■ Exercise objective:
If a line in the entries below holds the string "DIRECTION", copy it.

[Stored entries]
+ + + + +

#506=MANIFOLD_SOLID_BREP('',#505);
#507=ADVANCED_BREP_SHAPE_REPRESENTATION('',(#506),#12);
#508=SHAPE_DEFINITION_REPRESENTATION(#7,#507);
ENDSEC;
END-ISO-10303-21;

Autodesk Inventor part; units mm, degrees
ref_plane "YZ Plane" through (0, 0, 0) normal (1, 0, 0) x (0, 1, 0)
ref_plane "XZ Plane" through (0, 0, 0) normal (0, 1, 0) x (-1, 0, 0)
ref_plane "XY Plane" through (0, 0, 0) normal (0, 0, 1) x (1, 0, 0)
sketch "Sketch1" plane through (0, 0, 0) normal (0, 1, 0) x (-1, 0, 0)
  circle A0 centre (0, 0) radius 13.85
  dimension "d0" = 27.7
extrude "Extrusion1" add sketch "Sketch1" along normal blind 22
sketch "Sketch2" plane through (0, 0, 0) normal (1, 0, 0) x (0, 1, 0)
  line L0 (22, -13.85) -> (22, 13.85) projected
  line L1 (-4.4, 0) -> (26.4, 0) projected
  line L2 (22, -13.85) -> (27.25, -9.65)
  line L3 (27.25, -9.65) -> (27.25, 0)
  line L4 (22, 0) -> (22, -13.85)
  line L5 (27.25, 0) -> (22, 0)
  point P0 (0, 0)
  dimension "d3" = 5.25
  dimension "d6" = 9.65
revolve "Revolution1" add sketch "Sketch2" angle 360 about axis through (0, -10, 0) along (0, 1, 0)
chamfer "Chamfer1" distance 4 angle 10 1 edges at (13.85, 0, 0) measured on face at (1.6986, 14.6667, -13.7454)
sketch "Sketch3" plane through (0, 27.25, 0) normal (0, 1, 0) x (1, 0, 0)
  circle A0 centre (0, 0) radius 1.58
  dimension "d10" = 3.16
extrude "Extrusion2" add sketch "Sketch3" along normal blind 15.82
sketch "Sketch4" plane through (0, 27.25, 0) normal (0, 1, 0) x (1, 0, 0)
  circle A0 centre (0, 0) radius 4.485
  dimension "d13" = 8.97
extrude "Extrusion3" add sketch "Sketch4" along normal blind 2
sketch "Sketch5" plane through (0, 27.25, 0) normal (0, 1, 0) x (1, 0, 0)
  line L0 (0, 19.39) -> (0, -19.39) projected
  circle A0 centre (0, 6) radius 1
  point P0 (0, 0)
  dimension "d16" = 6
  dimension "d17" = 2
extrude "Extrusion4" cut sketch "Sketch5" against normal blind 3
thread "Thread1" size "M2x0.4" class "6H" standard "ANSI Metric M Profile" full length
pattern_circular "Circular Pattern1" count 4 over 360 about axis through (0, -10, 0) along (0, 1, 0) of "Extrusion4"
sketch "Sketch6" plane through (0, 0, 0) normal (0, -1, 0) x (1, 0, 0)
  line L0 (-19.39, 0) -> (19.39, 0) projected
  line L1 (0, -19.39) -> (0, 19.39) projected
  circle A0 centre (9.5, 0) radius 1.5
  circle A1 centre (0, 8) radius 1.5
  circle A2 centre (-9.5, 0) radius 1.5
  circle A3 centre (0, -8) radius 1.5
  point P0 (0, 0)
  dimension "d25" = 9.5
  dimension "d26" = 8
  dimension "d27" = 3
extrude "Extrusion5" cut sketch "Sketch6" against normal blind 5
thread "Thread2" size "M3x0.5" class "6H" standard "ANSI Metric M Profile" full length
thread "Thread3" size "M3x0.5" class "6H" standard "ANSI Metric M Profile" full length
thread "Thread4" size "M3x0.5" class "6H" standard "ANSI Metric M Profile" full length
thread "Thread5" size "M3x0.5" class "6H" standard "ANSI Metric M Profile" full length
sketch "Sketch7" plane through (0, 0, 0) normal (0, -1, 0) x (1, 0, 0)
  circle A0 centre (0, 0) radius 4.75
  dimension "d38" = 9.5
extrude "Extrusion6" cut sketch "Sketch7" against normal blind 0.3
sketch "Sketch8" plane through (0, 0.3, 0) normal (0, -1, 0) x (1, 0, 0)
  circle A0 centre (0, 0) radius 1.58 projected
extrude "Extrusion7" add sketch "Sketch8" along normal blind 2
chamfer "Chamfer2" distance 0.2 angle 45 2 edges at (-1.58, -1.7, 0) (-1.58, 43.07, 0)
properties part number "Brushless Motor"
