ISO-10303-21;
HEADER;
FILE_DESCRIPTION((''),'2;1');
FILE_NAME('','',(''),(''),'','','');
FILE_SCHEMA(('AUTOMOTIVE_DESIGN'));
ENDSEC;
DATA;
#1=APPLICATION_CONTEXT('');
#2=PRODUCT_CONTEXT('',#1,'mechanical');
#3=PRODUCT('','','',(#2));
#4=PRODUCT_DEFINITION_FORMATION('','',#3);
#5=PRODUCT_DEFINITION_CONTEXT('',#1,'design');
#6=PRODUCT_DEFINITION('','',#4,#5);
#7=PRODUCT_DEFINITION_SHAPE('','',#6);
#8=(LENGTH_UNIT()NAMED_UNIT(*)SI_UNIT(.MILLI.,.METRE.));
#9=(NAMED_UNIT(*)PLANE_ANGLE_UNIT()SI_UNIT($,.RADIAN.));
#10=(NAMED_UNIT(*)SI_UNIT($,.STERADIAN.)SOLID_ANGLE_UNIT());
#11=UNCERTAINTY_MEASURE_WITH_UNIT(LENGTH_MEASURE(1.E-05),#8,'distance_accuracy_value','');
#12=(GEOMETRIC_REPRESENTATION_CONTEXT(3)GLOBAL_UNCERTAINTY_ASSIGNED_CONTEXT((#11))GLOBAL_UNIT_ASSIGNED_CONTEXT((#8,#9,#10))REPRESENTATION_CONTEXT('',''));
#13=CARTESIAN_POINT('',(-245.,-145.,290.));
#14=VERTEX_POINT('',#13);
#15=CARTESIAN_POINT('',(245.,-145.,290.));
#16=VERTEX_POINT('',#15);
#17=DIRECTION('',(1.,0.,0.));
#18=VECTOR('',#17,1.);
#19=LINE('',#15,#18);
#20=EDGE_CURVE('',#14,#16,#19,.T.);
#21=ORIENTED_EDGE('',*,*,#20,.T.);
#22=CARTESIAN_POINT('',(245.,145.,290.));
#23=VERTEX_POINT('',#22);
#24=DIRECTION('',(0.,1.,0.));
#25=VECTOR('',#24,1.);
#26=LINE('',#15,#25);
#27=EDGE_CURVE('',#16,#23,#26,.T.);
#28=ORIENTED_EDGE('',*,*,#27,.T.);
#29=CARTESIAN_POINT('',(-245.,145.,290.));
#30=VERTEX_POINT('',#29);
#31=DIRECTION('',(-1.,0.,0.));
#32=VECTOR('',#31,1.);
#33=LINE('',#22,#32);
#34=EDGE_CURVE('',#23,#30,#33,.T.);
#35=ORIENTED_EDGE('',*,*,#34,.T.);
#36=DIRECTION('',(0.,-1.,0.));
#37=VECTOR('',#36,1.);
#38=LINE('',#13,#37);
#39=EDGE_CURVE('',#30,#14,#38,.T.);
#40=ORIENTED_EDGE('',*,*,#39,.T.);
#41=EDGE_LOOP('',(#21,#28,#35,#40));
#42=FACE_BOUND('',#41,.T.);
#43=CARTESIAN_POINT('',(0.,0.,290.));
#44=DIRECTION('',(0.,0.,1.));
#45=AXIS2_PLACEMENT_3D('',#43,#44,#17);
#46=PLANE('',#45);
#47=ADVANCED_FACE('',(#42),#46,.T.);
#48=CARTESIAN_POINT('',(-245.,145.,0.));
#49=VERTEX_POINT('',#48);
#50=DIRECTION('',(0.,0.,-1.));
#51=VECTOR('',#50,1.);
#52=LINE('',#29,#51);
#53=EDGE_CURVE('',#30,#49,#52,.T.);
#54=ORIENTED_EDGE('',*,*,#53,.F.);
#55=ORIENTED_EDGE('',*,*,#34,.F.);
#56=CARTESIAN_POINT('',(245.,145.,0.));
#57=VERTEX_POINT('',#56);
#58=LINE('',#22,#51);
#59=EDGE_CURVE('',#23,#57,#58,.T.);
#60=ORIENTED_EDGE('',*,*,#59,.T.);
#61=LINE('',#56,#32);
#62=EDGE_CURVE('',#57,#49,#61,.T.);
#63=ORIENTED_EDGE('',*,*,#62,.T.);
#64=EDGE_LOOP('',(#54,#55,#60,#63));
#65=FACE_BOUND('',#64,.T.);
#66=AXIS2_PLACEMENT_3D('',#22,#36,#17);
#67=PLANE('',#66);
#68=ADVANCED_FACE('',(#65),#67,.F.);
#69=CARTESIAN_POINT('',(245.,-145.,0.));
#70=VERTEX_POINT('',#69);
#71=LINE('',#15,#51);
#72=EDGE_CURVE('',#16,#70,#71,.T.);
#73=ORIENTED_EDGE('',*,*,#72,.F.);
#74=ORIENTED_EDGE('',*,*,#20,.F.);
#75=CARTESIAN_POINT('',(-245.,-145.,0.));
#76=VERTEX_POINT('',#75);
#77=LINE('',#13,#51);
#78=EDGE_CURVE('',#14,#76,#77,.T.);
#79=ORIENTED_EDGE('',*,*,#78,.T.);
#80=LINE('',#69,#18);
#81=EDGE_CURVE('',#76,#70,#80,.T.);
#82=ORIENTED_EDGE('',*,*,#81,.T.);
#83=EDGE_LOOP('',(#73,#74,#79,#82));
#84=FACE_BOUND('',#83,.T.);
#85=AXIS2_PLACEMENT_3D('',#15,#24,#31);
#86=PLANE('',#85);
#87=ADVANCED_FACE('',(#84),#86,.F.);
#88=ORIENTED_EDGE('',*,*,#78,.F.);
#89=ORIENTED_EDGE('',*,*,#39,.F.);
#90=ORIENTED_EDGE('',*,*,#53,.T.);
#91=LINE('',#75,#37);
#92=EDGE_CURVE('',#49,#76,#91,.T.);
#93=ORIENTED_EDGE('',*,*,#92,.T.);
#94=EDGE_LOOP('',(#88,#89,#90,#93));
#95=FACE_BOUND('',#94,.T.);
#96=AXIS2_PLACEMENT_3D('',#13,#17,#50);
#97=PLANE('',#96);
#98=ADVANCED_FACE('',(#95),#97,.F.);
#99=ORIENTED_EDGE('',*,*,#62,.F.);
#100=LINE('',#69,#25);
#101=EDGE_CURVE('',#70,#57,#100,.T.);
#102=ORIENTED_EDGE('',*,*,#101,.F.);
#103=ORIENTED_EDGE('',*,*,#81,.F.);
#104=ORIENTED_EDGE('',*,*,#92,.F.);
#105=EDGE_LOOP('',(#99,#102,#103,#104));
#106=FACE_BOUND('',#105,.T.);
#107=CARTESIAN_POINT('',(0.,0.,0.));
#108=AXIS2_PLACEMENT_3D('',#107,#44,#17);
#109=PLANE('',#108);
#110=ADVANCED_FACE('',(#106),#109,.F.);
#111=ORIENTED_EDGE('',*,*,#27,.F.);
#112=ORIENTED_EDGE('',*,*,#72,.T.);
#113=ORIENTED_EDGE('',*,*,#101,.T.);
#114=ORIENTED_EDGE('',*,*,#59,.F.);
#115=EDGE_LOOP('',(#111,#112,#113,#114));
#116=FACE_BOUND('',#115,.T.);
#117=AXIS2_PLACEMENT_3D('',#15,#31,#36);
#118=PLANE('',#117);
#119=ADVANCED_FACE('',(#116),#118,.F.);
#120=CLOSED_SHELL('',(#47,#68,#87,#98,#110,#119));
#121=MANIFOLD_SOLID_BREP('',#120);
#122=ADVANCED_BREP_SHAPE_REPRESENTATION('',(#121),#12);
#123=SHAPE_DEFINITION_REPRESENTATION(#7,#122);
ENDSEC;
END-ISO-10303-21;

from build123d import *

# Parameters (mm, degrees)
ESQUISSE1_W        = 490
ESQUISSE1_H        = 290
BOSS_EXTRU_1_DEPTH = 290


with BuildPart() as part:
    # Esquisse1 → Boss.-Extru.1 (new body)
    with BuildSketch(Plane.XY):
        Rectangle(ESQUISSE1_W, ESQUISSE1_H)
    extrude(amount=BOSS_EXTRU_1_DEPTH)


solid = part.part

+ + + + +

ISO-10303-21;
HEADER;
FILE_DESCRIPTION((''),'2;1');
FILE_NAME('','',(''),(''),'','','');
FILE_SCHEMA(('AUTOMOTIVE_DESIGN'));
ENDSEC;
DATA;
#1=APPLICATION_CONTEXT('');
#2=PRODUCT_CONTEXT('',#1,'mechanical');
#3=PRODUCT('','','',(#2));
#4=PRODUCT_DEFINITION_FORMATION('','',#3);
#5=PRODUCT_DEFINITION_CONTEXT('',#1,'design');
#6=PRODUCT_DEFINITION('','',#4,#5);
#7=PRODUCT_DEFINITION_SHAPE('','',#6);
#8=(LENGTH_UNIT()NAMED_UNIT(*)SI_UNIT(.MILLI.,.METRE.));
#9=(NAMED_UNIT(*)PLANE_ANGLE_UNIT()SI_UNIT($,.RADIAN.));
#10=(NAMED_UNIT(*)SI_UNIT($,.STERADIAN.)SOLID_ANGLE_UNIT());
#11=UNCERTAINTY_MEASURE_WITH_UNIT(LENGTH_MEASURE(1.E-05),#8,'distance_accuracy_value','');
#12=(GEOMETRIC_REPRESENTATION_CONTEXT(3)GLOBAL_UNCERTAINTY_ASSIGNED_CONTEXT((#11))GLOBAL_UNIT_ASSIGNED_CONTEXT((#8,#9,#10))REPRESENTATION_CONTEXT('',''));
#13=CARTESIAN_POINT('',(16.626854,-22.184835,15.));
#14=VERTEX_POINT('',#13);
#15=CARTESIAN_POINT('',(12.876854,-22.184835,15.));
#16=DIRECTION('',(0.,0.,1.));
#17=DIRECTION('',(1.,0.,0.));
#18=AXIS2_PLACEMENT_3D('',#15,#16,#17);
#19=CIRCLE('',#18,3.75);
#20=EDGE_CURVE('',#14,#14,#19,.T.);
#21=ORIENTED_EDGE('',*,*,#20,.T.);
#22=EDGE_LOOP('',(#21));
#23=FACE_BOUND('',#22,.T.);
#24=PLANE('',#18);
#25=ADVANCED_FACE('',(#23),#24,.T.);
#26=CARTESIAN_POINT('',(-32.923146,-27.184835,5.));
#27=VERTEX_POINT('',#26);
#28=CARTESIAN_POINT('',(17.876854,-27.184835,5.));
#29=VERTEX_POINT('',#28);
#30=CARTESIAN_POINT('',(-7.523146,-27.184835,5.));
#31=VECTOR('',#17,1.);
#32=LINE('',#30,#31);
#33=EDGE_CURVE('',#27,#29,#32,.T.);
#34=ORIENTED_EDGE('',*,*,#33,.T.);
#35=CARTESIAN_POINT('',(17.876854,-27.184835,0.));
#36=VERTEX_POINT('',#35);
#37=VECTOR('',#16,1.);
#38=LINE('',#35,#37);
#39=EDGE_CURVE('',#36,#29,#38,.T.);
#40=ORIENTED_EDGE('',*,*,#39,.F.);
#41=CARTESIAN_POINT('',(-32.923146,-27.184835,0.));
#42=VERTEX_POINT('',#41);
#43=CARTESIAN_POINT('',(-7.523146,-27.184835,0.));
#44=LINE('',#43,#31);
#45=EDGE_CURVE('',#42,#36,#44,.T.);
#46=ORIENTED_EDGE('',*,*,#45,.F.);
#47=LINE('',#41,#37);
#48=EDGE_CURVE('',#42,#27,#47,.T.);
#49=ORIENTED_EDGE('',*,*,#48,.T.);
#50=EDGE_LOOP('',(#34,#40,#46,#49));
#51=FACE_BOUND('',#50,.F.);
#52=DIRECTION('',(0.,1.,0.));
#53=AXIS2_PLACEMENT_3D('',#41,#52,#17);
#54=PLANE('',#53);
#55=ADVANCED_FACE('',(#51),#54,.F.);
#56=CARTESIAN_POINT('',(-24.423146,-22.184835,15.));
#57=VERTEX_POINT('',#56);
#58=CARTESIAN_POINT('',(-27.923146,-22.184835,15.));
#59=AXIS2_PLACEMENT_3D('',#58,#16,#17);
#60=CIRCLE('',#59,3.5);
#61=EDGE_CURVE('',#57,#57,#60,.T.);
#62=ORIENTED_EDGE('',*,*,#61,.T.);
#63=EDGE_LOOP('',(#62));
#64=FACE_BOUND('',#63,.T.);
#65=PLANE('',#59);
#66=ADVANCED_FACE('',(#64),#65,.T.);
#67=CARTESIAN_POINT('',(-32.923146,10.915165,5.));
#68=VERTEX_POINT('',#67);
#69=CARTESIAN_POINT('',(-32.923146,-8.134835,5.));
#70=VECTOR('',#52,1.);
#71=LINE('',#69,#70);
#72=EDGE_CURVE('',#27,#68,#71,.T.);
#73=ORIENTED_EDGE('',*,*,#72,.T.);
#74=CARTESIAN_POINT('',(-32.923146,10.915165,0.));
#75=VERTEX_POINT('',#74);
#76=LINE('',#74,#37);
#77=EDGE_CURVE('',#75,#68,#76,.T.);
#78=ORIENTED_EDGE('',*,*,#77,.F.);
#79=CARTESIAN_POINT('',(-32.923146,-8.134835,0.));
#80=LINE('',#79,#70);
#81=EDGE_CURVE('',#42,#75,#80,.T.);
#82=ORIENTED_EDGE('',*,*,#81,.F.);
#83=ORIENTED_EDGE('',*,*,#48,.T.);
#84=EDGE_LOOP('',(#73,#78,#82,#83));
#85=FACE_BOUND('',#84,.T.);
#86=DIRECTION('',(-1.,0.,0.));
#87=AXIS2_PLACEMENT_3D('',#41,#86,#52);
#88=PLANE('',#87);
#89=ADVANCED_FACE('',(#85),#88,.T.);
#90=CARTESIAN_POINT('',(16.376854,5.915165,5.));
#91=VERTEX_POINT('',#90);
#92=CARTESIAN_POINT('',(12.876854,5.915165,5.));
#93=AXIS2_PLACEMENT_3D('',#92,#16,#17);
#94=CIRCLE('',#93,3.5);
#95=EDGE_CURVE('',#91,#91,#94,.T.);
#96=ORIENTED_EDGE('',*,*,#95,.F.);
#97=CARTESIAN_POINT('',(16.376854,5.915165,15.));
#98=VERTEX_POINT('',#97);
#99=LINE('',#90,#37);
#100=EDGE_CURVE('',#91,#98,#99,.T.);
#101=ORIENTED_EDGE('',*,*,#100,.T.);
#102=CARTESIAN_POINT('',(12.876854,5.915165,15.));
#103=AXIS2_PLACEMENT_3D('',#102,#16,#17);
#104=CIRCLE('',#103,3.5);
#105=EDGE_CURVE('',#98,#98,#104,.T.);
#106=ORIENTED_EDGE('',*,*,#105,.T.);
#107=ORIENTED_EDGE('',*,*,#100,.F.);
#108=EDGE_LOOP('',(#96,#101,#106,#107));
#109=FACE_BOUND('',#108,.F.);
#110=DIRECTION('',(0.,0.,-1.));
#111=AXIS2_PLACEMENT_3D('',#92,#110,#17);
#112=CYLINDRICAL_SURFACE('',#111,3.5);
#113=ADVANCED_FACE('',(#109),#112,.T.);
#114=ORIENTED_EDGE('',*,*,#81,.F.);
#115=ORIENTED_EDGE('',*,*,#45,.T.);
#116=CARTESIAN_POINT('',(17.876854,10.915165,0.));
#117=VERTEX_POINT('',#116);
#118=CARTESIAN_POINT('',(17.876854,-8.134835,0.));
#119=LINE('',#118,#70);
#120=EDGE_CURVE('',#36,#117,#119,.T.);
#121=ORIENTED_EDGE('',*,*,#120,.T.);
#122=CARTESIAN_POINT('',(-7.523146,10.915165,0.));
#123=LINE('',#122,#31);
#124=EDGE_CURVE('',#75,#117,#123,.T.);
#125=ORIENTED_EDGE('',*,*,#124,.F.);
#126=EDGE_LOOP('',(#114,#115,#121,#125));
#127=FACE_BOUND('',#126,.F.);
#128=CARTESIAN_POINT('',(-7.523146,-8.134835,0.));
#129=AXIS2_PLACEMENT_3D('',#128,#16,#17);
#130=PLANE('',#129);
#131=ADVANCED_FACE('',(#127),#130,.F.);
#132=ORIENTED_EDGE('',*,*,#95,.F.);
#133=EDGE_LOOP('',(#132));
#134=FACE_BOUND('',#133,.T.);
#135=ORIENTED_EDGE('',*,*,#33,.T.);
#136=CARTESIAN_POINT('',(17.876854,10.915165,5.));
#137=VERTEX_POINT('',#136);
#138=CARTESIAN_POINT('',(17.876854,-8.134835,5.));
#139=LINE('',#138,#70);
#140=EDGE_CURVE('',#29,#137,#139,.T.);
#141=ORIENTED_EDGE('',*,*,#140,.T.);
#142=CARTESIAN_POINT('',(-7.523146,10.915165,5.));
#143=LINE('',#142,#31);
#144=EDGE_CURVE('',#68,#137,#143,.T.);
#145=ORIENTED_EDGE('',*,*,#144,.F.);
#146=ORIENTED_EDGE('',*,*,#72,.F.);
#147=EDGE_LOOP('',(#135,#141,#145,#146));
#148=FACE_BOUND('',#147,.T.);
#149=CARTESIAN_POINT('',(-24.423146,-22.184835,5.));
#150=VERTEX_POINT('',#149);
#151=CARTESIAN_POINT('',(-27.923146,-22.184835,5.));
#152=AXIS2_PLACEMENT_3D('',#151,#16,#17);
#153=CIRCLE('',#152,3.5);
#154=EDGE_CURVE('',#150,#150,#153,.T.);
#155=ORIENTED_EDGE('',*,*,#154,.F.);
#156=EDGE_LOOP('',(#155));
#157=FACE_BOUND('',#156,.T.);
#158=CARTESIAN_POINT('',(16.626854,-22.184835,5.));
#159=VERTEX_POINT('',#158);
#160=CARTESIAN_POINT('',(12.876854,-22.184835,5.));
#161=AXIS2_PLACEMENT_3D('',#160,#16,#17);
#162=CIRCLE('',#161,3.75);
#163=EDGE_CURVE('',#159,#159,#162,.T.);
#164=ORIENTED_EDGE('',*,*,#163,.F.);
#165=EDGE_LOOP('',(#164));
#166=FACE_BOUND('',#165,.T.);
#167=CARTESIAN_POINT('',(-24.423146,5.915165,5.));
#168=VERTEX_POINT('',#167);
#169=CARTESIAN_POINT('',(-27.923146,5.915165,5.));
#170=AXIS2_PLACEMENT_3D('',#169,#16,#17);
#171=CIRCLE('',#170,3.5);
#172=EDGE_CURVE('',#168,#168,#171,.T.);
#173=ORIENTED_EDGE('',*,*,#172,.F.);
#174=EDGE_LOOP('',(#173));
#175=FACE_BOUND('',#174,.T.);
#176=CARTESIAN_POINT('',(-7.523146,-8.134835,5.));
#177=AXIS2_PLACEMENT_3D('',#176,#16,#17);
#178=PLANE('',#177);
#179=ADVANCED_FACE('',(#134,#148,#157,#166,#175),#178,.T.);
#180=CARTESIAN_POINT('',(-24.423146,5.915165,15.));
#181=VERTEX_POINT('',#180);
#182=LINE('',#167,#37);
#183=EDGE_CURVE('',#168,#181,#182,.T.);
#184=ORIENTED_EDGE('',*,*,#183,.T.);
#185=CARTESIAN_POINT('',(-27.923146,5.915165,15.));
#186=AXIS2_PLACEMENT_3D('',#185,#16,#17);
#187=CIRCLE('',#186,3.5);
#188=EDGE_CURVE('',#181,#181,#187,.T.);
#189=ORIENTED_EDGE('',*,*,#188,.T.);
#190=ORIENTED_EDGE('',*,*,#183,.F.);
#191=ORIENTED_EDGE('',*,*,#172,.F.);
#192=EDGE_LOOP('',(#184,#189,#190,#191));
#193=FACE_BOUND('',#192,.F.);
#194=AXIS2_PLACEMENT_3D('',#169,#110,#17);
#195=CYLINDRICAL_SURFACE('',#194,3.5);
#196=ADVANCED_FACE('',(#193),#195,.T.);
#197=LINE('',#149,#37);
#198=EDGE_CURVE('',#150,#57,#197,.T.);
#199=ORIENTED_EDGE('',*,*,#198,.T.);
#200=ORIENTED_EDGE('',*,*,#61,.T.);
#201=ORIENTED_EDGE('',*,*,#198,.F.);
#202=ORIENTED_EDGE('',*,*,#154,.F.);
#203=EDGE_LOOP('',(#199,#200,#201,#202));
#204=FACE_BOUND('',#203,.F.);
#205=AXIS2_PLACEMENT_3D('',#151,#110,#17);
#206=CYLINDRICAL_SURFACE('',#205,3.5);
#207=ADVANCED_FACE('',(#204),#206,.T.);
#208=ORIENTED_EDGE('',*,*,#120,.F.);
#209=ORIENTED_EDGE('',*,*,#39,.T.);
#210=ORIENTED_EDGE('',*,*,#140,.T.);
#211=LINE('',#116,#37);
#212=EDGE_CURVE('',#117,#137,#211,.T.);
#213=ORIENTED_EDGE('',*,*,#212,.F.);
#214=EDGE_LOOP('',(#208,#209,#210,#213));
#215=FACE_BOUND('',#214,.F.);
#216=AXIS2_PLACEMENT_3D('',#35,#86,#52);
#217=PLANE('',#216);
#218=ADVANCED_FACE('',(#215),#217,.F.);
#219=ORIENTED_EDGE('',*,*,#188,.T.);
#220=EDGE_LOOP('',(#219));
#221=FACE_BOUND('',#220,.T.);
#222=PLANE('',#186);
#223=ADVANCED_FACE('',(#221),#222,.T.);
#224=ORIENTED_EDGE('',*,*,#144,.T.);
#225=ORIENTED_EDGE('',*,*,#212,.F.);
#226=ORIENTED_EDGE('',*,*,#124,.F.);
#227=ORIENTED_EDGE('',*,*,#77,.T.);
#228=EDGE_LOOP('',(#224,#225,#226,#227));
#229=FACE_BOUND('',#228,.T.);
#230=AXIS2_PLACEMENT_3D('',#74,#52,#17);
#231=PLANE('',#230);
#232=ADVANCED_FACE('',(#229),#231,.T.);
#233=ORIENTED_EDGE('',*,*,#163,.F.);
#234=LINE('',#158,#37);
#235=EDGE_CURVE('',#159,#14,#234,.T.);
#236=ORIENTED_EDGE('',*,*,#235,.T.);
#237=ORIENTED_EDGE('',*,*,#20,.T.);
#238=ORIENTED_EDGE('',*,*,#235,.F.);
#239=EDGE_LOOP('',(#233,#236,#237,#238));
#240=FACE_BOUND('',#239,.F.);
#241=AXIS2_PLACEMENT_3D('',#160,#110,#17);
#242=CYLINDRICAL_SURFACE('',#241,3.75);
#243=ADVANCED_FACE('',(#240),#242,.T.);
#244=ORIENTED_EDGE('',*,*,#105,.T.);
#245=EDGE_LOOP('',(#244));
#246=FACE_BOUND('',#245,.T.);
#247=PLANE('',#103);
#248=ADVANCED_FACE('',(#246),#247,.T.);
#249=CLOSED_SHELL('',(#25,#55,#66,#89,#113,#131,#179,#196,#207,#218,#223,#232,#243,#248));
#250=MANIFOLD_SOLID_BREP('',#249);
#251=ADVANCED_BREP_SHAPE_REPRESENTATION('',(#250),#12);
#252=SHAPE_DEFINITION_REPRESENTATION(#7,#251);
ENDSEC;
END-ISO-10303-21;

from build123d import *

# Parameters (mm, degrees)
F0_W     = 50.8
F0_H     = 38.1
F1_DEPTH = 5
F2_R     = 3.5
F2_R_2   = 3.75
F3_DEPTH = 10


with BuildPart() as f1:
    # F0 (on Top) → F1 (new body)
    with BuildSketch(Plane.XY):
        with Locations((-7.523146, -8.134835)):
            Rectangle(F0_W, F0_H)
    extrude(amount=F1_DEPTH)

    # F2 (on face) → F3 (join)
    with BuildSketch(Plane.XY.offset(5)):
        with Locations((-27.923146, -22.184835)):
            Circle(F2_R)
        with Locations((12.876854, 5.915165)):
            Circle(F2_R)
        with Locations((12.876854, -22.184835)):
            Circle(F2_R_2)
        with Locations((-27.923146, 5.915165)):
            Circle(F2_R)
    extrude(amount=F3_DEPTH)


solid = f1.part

+ + + + +

■ Problem solution:
#17=DIRECTION('',(1.,0.,0.));
#24=DIRECTION('',(0.,1.,0.));
#31=DIRECTION('',(-1.,0.,0.));
#36=DIRECTION('',(0.,-1.,0.));
#44=DIRECTION('',(0.,0.,1.));
#50=DIRECTION('',(0.,0.,-1.));
#16=DIRECTION('',(0.,0.,1.));
#17=DIRECTION('',(1.,0.,0.));
#52=DIRECTION('',(0.,1.,0.));
#86=DIRECTION('',(-1.,0.,0.));
#110=DIRECTION('',(0.,0.,-1.));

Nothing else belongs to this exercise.